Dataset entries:
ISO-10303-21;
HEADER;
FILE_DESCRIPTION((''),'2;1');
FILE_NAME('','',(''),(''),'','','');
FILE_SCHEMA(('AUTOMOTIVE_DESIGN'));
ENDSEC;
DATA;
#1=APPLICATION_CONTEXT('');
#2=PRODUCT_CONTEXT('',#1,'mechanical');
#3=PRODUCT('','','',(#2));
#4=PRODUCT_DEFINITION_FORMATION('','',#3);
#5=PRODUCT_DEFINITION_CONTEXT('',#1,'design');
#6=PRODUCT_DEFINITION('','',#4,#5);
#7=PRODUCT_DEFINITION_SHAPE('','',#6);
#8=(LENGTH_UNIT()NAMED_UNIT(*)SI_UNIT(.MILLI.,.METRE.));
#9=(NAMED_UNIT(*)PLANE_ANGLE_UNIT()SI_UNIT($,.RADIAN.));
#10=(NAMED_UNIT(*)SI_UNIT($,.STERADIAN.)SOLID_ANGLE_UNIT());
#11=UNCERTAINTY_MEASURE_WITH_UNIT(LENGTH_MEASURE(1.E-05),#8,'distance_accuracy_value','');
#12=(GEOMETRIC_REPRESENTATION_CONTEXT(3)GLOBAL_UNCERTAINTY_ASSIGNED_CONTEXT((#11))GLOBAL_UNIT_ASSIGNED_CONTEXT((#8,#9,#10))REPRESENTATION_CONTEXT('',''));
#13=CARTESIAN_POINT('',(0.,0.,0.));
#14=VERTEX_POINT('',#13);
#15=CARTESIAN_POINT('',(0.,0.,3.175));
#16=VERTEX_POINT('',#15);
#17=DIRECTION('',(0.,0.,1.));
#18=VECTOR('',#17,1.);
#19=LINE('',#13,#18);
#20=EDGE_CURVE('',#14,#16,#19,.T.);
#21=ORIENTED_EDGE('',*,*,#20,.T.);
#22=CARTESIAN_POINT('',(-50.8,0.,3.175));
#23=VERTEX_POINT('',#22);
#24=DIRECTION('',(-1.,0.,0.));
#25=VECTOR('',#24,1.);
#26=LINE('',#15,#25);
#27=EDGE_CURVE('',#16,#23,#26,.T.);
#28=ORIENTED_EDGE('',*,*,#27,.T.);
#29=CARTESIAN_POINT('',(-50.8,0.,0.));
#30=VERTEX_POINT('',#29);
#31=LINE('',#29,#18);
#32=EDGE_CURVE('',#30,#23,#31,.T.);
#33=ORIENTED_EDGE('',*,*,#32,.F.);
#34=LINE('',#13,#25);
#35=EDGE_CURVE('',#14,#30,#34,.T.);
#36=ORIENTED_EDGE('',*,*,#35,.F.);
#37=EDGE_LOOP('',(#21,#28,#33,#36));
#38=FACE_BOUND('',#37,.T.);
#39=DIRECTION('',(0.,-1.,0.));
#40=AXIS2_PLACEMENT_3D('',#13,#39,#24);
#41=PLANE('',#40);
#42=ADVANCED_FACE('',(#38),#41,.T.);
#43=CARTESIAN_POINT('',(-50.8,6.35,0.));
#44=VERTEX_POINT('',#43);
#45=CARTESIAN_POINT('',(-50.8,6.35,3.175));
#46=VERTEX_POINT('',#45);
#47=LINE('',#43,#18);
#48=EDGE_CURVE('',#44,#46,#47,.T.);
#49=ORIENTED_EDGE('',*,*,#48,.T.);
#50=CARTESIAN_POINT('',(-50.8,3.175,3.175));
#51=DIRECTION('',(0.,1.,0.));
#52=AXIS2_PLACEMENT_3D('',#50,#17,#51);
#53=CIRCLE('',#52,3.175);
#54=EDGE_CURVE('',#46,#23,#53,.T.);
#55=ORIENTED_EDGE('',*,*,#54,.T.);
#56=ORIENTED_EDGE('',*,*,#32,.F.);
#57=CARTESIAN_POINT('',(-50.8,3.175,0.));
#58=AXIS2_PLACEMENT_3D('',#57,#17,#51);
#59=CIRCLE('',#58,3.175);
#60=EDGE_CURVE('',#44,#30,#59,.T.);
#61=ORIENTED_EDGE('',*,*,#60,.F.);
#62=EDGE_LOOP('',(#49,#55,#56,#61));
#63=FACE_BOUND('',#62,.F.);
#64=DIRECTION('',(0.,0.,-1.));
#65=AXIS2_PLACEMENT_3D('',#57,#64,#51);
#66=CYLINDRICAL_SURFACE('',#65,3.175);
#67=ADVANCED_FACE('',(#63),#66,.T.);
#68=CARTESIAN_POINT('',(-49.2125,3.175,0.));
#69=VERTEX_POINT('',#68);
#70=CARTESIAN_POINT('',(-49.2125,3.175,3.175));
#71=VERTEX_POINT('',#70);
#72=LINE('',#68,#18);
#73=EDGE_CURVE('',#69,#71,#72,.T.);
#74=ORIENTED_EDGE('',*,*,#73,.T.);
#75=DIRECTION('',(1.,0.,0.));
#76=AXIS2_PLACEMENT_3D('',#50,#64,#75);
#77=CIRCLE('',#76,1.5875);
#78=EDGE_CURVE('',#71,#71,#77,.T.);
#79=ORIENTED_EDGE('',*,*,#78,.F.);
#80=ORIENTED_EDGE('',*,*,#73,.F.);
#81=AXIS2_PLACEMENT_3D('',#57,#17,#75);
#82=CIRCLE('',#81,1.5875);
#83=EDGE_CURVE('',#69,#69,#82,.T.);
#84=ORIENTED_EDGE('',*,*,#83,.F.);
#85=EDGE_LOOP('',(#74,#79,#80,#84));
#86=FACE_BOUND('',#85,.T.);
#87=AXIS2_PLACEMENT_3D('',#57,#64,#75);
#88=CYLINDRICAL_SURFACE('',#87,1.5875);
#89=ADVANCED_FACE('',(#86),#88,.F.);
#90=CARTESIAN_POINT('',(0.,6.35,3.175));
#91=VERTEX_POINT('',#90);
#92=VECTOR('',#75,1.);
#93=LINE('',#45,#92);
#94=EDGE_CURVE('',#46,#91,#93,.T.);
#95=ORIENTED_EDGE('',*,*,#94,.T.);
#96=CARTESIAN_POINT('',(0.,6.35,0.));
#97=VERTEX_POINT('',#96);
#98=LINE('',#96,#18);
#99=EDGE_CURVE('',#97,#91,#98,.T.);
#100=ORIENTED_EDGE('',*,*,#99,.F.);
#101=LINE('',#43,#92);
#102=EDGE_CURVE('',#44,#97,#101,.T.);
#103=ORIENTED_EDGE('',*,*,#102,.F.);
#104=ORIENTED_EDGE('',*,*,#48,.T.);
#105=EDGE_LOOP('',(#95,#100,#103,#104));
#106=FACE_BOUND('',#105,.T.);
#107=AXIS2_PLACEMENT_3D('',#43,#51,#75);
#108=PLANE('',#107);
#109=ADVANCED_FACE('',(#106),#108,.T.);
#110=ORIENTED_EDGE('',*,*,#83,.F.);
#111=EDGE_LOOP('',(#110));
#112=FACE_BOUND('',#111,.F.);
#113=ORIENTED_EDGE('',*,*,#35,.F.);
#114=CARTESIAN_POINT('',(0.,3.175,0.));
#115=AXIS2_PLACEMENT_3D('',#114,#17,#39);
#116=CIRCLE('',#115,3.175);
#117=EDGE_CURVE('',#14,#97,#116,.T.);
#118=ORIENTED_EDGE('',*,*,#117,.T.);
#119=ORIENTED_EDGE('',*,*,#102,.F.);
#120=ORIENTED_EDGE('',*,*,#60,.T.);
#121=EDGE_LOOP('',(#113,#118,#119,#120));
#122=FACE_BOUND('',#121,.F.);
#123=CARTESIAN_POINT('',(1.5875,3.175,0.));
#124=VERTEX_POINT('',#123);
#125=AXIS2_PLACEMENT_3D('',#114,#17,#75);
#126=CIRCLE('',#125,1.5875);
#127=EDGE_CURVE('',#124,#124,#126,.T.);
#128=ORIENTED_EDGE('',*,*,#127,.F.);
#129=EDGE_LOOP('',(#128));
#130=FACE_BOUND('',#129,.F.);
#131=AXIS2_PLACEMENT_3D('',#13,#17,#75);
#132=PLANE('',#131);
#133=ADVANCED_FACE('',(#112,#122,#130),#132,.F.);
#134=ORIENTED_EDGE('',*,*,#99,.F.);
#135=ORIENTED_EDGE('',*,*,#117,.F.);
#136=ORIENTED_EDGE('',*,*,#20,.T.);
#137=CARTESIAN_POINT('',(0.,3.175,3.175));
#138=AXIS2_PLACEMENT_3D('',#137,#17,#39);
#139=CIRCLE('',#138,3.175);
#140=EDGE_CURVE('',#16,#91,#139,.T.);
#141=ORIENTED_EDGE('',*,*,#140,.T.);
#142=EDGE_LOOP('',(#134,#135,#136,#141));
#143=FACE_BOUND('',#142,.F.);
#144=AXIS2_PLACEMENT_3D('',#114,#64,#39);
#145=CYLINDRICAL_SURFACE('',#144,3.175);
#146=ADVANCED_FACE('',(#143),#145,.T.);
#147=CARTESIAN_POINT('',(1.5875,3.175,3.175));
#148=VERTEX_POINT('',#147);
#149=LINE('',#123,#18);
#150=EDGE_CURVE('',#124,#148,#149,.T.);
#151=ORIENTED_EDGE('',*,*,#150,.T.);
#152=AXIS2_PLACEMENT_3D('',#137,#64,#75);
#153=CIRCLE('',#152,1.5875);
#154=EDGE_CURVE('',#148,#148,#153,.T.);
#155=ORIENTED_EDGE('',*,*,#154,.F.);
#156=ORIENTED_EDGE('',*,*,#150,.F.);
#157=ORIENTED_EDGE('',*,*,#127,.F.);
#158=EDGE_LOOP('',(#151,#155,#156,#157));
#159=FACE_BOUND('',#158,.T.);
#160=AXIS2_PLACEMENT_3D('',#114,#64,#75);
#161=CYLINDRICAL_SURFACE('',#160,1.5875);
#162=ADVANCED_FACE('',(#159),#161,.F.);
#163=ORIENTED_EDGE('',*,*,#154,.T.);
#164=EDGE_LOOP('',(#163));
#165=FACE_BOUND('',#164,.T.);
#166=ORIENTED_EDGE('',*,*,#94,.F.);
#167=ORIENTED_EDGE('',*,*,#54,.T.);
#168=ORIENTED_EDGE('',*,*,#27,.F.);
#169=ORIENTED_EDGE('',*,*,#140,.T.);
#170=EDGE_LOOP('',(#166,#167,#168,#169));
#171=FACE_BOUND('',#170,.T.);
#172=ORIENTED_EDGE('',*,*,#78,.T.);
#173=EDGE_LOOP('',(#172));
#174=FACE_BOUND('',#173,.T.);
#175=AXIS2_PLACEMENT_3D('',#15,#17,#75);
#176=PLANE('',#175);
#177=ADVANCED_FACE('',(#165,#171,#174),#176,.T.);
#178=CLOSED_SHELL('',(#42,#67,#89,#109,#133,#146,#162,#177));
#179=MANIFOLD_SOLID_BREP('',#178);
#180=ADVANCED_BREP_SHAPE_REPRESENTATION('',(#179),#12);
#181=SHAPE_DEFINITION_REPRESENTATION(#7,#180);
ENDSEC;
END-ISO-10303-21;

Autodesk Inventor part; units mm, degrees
ref_plane "YZ Plane" through (0, 0, 0) normal (1, 0, 0) x (0, 1, 0)
ref_plane "XZ Plane" through (0, 0, 0) normal (0, 1, 0) x (-1, 0, 0)
ref_plane "XY Plane" through (0, 0, 0) normal (0, 0, 1) x (1, 0, 0)
sketch "Sketch1" plane through (0, 0, 0) normal (0, 0, 1) x (1, 0, 0)
  line L0 (0, 0) -> (-50.8, 0)
  line L1 (-50.8, 0) -> (-50.8, 6.35)
  line L2 (-50.8, 6.35) -> (0, 6.35)
  line L3 (0, 6.35) -> (0, 0)
  arc A0 (-50.8, 6.35) -> (-50.8, 0) centre (-50.8, 3.175) ccw
  arc A1 (0, 0) -> (0, 6.35) centre (0, 3.175) ccw
  circle A2 centre (-50.8, 3.175) radius 1.5875
  circle A3 centre (0, 3.175) radius 1.5875
  dimension "d0" = 50.8
  dimension "d1" = 6.35
  dimension "d2" = 3.175
  dimension "d3" = 3.175
  dimension "d4" = 3.175
extrude "Extrusion1" add sketch "Sketch1" along normal blind 3.175
extrude "Extrusion2" cut sketch "Sketch1" along normal blind 3.175 contours A3 L3 | L3 A3 | A2 L1 | L1 A2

> _HOW TO COMPLETE THIS TASK_: Beginning at the line above that contains "#29=CARTESIAN_POINT('',(-50.8,0.,0.));", return each line exactly through the line that contains "#38=FACE_BOUND('',#37,.T.);", and no others.

> _RESPONSE BELOW_:
#29=CARTESIAN_POINT('',(-50.8,0.,0.));
#30=VERTEX_POINT('',#29);
#31=LINE('',#29,#18);
#32=EDGE_CURVE('',#30,#23,#31,.T.);
#33=ORIENTED_EDGE('',*,*,#32,.F.);
#34=LINE('',#13,#25);
#35=EDGE_CURVE('',#14,#30,#34,.T.);
#36=ORIENTED_EDGE('',*,*,#35,.F.);
#37=EDGE_LOOP('',(#21,#28,#33,#36));
#38=FACE_BOUND('',#37,.T.);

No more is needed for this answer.